Which would provide a massive improvement on our current situation where we have complete sovereignty over how we tax companies’ profits, but not how much profit we can tax.
So, after I had explained to the Lords that they really should know who I am and they should have read my books in preparation of meeting me, I explained to them that we should have unitary taxation and country-by-country reporting. I then described how intangible assets don’t exist and how they should implement my GRAPIST without delaying for any consultation.
They then told me that we only had until six o’clock and I should perhaps spend less time plugging books and more talking about the important matters at hand. I explained to them that they could just read my books to find out about these matters.
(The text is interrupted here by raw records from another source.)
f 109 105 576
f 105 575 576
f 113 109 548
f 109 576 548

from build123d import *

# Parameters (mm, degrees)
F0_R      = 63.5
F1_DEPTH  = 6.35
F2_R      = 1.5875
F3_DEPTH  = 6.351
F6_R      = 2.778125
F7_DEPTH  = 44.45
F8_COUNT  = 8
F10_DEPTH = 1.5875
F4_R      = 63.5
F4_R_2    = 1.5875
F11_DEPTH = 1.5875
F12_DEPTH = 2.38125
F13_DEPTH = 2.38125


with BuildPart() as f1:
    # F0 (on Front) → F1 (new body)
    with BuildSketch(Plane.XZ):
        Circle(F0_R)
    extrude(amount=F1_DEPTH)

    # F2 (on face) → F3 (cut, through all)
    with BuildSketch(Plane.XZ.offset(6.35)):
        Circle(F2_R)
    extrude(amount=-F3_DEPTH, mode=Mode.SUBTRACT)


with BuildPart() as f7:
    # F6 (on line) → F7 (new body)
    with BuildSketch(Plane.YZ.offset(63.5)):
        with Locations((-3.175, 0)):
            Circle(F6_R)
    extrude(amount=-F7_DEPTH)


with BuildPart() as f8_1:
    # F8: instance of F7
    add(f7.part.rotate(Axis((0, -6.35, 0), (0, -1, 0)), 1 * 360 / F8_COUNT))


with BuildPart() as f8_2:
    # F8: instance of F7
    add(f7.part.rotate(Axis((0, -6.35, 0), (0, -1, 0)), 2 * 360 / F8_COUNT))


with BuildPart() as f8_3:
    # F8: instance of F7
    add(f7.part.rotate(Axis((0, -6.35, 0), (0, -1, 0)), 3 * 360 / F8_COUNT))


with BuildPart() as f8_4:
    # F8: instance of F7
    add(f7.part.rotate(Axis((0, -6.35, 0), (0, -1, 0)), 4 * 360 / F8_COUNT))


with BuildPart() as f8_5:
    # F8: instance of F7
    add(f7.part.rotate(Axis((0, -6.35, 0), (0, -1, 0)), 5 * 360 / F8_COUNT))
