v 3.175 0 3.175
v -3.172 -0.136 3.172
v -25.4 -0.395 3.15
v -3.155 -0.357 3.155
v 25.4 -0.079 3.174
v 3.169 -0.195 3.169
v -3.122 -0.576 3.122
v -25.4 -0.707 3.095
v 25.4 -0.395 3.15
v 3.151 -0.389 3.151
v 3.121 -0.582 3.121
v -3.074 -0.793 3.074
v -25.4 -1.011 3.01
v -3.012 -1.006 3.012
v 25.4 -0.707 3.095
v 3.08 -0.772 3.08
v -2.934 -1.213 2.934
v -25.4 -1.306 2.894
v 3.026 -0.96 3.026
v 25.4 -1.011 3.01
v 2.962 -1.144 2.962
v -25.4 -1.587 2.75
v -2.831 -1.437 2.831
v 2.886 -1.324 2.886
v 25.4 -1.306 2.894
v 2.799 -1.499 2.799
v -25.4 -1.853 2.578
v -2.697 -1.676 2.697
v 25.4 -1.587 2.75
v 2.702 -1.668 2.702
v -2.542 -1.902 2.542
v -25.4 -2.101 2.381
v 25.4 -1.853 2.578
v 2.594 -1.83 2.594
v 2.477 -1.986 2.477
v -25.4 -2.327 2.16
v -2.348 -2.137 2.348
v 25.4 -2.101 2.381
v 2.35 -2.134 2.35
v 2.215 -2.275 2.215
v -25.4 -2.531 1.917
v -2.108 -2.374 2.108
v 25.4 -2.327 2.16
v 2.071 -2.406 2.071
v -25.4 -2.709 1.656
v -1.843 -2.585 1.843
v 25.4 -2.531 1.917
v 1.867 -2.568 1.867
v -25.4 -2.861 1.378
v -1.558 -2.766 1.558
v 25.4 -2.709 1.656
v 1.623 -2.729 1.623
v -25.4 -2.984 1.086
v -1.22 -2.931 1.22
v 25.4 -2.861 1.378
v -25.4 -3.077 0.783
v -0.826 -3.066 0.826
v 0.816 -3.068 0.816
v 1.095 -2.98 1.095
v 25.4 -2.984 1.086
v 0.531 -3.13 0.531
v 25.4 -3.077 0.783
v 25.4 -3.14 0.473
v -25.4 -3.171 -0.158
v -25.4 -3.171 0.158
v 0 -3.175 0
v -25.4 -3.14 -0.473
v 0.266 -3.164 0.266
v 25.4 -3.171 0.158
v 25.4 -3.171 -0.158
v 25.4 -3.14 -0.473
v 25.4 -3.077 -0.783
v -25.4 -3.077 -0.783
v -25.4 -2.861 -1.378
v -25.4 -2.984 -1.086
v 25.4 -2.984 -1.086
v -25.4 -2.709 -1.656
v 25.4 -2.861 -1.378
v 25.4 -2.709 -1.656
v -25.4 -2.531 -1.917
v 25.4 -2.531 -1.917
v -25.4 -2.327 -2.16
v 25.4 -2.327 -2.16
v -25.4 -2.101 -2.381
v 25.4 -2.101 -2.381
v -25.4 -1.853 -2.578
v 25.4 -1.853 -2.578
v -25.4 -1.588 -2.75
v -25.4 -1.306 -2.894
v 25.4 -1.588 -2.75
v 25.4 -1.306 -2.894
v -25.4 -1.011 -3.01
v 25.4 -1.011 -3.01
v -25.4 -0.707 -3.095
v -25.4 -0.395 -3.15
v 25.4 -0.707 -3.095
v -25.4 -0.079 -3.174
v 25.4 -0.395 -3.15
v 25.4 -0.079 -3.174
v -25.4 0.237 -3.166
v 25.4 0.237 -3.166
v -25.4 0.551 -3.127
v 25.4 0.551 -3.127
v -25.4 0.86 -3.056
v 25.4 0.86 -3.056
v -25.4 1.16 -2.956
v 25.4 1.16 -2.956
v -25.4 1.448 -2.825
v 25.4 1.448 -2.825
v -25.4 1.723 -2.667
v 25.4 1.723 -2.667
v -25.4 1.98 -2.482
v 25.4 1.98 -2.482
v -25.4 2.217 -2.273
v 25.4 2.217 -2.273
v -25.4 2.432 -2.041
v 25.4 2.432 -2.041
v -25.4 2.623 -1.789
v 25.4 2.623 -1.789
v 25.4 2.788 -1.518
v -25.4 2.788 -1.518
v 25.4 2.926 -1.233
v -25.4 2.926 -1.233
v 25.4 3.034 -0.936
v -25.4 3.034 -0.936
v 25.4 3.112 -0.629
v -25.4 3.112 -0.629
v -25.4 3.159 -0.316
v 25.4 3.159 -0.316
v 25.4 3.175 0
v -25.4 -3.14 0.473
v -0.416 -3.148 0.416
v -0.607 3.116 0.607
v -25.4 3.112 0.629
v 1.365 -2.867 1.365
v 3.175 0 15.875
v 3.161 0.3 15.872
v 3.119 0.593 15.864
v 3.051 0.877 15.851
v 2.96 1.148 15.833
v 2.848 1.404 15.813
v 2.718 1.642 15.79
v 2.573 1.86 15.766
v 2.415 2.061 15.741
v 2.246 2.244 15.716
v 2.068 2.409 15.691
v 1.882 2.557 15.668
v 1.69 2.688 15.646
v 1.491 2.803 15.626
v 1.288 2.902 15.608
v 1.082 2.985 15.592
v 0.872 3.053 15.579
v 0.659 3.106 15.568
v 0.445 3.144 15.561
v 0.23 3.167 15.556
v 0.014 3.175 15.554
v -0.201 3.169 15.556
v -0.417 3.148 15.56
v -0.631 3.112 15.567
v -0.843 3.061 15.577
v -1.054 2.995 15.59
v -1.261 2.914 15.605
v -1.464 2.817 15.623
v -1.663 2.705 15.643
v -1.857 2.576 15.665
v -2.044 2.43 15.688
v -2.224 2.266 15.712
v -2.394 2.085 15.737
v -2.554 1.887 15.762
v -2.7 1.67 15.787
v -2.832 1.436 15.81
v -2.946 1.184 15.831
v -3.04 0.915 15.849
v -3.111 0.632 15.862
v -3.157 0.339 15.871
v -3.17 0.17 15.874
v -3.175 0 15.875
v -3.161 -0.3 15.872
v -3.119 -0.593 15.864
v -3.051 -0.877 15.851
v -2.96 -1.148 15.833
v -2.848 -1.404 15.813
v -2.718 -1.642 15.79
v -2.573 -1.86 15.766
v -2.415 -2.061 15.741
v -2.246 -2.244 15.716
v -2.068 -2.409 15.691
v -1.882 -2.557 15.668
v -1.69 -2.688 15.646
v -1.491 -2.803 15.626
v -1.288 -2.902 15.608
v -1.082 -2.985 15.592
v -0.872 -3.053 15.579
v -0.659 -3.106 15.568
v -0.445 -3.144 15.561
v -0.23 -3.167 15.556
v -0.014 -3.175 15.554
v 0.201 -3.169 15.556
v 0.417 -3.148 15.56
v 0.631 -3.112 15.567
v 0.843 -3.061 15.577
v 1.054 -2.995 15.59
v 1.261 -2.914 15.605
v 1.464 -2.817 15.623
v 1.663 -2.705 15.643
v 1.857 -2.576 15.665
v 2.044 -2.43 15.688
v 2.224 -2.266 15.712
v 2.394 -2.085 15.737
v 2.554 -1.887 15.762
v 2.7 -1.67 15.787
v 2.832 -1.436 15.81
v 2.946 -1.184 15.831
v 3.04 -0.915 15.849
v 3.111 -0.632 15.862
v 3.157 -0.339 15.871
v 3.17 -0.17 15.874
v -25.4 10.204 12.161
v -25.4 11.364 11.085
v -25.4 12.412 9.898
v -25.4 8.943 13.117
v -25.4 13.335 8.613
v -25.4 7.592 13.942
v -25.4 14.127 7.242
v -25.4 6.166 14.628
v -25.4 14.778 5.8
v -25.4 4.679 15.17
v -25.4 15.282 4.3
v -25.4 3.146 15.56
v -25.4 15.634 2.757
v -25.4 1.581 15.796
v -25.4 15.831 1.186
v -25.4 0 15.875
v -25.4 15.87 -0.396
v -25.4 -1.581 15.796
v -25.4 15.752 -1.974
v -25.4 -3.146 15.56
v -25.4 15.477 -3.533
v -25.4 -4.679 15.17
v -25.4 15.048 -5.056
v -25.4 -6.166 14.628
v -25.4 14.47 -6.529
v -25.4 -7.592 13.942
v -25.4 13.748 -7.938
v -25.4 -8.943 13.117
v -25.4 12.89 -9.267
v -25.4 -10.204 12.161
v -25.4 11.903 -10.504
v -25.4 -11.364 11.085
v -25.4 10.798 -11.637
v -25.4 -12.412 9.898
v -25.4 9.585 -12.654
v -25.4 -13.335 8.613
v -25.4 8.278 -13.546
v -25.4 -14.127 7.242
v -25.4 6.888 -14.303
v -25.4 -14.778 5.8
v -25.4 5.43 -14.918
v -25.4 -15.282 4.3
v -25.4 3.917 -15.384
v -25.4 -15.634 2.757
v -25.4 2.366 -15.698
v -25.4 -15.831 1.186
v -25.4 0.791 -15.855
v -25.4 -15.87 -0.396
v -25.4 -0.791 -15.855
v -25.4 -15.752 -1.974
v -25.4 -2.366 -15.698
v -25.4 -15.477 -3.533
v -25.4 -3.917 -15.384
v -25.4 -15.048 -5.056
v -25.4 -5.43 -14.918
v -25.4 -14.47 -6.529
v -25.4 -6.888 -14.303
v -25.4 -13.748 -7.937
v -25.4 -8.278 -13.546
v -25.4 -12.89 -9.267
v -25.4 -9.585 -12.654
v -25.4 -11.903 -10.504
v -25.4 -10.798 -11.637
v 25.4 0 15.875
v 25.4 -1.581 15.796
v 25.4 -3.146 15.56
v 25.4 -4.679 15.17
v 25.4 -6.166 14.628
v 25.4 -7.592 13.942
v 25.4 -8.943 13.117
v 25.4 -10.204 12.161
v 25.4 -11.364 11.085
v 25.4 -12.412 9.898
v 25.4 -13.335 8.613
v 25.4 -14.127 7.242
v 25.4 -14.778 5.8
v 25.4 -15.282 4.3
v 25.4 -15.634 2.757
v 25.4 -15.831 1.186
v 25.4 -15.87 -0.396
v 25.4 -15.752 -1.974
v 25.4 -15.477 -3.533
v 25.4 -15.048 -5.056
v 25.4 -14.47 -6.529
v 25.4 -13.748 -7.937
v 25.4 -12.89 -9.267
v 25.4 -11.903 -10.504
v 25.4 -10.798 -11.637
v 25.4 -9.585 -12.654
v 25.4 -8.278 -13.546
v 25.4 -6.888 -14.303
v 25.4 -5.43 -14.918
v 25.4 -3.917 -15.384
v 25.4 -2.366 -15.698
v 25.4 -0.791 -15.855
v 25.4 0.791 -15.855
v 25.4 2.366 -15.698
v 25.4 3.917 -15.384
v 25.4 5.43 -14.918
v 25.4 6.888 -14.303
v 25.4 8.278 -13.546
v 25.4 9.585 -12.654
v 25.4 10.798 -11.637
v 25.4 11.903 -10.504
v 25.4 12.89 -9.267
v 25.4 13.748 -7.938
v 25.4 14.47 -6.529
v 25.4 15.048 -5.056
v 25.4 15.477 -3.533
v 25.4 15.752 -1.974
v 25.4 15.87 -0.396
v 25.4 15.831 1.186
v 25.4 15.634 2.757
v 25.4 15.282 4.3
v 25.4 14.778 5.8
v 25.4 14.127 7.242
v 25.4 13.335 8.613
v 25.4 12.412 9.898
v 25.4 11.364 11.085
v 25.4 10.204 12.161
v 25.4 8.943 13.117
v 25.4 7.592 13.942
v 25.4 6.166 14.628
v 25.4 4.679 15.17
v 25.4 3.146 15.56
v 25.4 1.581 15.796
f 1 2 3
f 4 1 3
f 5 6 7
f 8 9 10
For some reason, they cut me short and didn’t let me say everything I had planned. Apparently we’d got to six o’clock already and I hadn’t even mentioned Cashing In.
Oh well, by focusing on how everybody else was wrong (and lying too) and how I have written several books, I think I managed to convey how intellectual I am. That’s all these politician sorts really care about anyway, they just go with the most intelligent looking person in the room.
That’ll be me then.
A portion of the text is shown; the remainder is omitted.